4. Provides processes broadcasts, increasing serine phosphorylation of the ribosomal protein S6.

Very slow effects (hours-days)

Very slow effects realize mitogenesis and cell reproduction. For example, these effects include

1. Increase in the synthesis of somatomedin in the liver, dependent on growth hormone.

2. Increased growth and proliferation of cells in synergy with somatomedins.

3. Cell transition from the G1 phase to the S phase of the cell cycle.

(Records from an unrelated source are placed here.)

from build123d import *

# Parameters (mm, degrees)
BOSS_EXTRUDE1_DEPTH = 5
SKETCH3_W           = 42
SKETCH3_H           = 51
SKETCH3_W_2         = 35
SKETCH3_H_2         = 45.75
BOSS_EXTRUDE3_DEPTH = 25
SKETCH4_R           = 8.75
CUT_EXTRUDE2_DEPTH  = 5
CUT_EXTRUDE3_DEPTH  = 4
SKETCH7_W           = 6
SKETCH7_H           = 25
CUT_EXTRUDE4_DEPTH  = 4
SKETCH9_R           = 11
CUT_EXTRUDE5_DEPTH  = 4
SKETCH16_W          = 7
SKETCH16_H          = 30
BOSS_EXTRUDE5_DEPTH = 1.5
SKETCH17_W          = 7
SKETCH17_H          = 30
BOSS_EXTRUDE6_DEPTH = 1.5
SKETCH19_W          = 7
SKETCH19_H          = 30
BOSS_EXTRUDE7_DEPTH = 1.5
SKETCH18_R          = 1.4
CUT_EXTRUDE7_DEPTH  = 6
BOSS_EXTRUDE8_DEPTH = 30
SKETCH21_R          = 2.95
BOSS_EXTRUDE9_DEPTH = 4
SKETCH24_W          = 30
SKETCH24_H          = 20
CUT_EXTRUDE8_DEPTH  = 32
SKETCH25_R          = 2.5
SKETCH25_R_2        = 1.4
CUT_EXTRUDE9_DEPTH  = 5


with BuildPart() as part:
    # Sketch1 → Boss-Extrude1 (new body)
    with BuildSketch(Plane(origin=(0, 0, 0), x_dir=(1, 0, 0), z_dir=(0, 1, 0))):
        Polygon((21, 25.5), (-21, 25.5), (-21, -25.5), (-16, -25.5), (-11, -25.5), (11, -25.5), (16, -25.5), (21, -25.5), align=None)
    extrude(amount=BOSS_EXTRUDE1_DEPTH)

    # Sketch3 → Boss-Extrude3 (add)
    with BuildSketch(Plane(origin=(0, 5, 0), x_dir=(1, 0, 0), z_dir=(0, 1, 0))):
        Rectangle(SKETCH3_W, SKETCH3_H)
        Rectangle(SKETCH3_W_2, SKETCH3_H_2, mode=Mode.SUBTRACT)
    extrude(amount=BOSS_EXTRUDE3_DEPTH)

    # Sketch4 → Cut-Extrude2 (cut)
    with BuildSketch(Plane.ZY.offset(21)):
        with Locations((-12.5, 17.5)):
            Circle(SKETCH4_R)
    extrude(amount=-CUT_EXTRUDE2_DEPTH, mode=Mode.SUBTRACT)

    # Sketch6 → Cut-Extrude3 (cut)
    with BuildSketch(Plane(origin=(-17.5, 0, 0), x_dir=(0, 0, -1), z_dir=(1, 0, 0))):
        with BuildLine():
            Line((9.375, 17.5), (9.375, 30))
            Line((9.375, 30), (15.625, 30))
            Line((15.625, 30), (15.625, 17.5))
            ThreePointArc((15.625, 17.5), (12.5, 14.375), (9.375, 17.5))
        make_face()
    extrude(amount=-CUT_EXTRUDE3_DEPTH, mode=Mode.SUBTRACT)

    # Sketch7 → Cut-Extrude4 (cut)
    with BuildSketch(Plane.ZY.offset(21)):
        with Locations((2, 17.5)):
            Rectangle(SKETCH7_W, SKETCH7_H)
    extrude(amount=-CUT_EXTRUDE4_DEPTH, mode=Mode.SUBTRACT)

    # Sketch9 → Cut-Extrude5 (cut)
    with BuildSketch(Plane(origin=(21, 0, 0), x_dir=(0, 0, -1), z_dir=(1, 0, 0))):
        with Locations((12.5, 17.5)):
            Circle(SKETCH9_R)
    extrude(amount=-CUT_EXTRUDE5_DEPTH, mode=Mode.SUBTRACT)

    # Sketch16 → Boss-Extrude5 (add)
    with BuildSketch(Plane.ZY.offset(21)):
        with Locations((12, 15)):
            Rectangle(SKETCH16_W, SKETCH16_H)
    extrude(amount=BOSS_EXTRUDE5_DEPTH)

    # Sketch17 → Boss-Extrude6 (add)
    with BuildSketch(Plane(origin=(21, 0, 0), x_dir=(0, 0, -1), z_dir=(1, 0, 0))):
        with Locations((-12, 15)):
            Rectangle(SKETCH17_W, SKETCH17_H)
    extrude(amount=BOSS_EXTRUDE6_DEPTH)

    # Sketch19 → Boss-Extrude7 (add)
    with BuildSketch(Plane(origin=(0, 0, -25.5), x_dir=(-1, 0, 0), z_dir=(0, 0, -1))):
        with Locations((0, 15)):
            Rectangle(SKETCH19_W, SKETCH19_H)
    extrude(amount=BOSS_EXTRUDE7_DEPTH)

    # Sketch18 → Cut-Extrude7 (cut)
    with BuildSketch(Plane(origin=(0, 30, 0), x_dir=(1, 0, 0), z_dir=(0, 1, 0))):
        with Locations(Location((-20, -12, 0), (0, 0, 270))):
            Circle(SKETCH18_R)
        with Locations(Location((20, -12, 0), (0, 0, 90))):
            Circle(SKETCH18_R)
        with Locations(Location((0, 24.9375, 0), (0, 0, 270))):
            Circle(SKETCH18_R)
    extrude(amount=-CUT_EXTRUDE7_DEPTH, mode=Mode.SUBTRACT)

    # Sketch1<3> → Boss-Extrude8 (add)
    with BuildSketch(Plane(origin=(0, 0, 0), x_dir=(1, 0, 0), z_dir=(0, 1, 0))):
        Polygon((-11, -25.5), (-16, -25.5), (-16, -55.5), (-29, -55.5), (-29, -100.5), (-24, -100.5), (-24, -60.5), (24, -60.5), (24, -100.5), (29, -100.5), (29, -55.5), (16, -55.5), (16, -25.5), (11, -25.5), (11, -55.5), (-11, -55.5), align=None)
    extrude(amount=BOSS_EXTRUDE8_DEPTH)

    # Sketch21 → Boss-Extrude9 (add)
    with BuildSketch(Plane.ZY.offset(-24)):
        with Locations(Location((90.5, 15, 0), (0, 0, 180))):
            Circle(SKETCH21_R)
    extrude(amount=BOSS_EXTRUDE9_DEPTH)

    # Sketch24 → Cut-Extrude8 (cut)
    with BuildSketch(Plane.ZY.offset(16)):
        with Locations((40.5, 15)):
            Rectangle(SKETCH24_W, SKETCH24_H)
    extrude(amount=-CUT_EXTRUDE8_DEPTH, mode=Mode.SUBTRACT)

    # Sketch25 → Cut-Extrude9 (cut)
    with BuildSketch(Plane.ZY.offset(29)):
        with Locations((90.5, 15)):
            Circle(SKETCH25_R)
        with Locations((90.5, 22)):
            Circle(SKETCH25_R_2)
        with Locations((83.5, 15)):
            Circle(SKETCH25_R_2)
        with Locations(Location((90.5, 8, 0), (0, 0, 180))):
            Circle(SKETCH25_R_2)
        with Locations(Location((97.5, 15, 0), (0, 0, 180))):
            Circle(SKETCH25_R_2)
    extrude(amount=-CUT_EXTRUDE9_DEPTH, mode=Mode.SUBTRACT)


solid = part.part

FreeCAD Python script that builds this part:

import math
import FreeCAD as App
import Part
import Sketcher
Q = App.Units.Quantity

doc = App.newDocument("Part")
body = doc.addObject("PartDesign::Body", "Body")

# Sketch on XZ plane
sketch1 = body.newObject("Sketcher::SketchObject", "Sketch")
sketch1.AttachmentSupport = (doc.getObject("XZ_Plane"), [""])
sketch1.MapMode = "FlatFace"
sketch1.addGeometry([
    Part.LineSegment(App.Vector(21, -26, 0), App.Vector(-21, -26, 0)),
    Part.LineSegment(App.Vector(-21, -26, 0), App.Vector(-21, 26, 0)),
    Part.LineSegment(App.Vector(-21, 26, 0), App.Vector(21, 26, 0)),
    Part.LineSegment(App.Vector(21, 26, 0), App.Vector(21, -26, 0)),
], False)
sketch1.addConstraint([
    Sketcher.Constraint("Coincident", 0, 2, 1, 1),
    Sketcher.Constraint("Coincident", 1, 2, 2, 1),
    Sketcher.Constraint("Coincident", 2, 2, 3, 1),
    Sketcher.Constraint("Coincident", 3, 2, 0, 1),
    Sketcher.Constraint("Horizontal", 0),
    Sketcher.Constraint("Vertical", 1),
    Sketcher.Constraint("Horizontal", 2),
    Sketcher.Constraint("Vertical", 3),
    Sketcher.Constraint("Symmetric", 0, 2, 2, 2, -1, 1),
    Sketcher.Constraint("DistanceX", 0, 2, 0, 1, Q("42 mm")),
    Sketcher.Constraint("DistanceY", 1, 1, 1, 2, Q("51 mm")),
])
pad1 = body.newObject("PartDesign::Pad", "Pad")
pad1.Profile = sketch1
pad1.Length = 5
pad1.Reversed = True

# Sketch on XZ plane
sketch2 = body.newObject("Sketcher::SketchObject", "Sketch001")
sketch2.AttachmentSupport = (doc.getObject("XZ_Plane"), [""])
sketch2.MapMode = "FlatFace"
sketch2.AttachmentOffset = App.Placement(App.Vector(0, 0, -5), App.Rotation())
sketch2.addGeometry([
    Part.LineSegment(App.Vector(-21, -26, 0), App.Vector(-21, 26, 0)),  # 0
    Part.LineSegment(App.Vector(-21, 26, 0), App.Vector(21, 26, 0)),  # 1
    Part.LineSegment(App.Vector(21, 26, 0), App.Vector(21, -26, 0)),  # 2
    Part.LineSegment(App.Vector(21, -26, 0), App.Vector(-21, -26, 0)),  # 3
    Part.LineSegment(App.Vector(18, 23, 0), App.Vector(-18, 23, 0)),  # 4
    Part.LineSegment(App.Vector(-18, 23, 0), App.Vector(-18, -23, 0)),  # 5
    Part.LineSegment(App.Vector(-18, -23, 0), App.Vector(18, -23, 0)),  # 6
    Part.LineSegment(App.Vector(18, -23, 0), App.Vector(18, 23, 0)),  # 7
], False)
sketch2.addConstraint([
    Sketcher.Constraint("Coincident", 0, 2, 1, 1),
    Sketcher.Constraint("Coincident", 1, 2, 2, 1),
    Sketcher.Constraint("Coincident", 2, 2, 3, 1),
    Sketcher.Constraint("Coincident", 3, 2, 0, 1),
    Sketcher.Constraint("Coincident", 4, 2, 5, 1),
    Sketcher.Constraint("Coincident", 5, 2, 6, 1),
    Sketcher.Constraint("Coincident", 6, 2, 7, 1),
    Sketcher.Constraint("Coincident", 7, 2, 4, 1),
    Sketcher.Constraint("Vertical", 0),
    Sketcher.Constraint("Horizontal", 1),
    Sketcher.Constraint("Vertical", 2),
    Sketcher.Constraint("Horizontal", 3),
    Sketcher.Constraint("Horizontal", 4),
    Sketcher.Constraint("Vertical", 5),
    Sketcher.Constraint("Horizontal", 6),
    Sketcher.Constraint("Vertical", 7),
    Sketcher.Constraint("Symmetric", 0, 2, 2, 2, -1, 1),
    Sketcher.Constraint("Symmetric", 4, 2, 6, 2, -1, 1),
    Sketcher.Constraint("DistanceX", 1, 1, 1, 2, Q("42 mm")),
    Sketcher.Constraint("DistanceX", 4, 2, 4, 1, Q("35 mm")),
    Sketcher.Constraint("DistanceY", 0, 1, 0, 2, Q("51 mm")),
    Sketcher.Constraint("DistanceY", 5, 2, 5, 1, Q("45.75 mm")),
])
pad2 = body.newObject("PartDesign::Pad", "Pad001")
pad2.Profile = sketch2
pad2.Length = 25
pad2.Reversed = True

It is the group of slow effects that explains the "paradox" of the presence of insulin resistance of adipocytes (in type 2 diabetes mellitus) and the simultaneous increase in the mass of adipose tissue and the accumulation of lipids in it under the influence of hyperglycemia and insulin.

Insulin inactivation

Removal of insulin from the circulation occurs after its binding to the receptor and subsequent internalization (endocytosis) of the hormone-receptor complex, mainly in liver and muscles. After absorption, the complex is destroyed and protein molecules lysed to free amino acids. In the liver, up to 50% of insulin is captured and destroyed during the first passage of blood flowing from the pancreas. V kidneys insulin is filtered into the primary urine and, after reabsorption in the proximal tubules, is destroyed.

Pathology

Hypofunction

Insulin-dependent and non-insulin dependent diabetes mellitus. For the diagnosis of these pathologies in the clinic, stress tests and the determination of the concentration of insulin and C-peptide are actively used.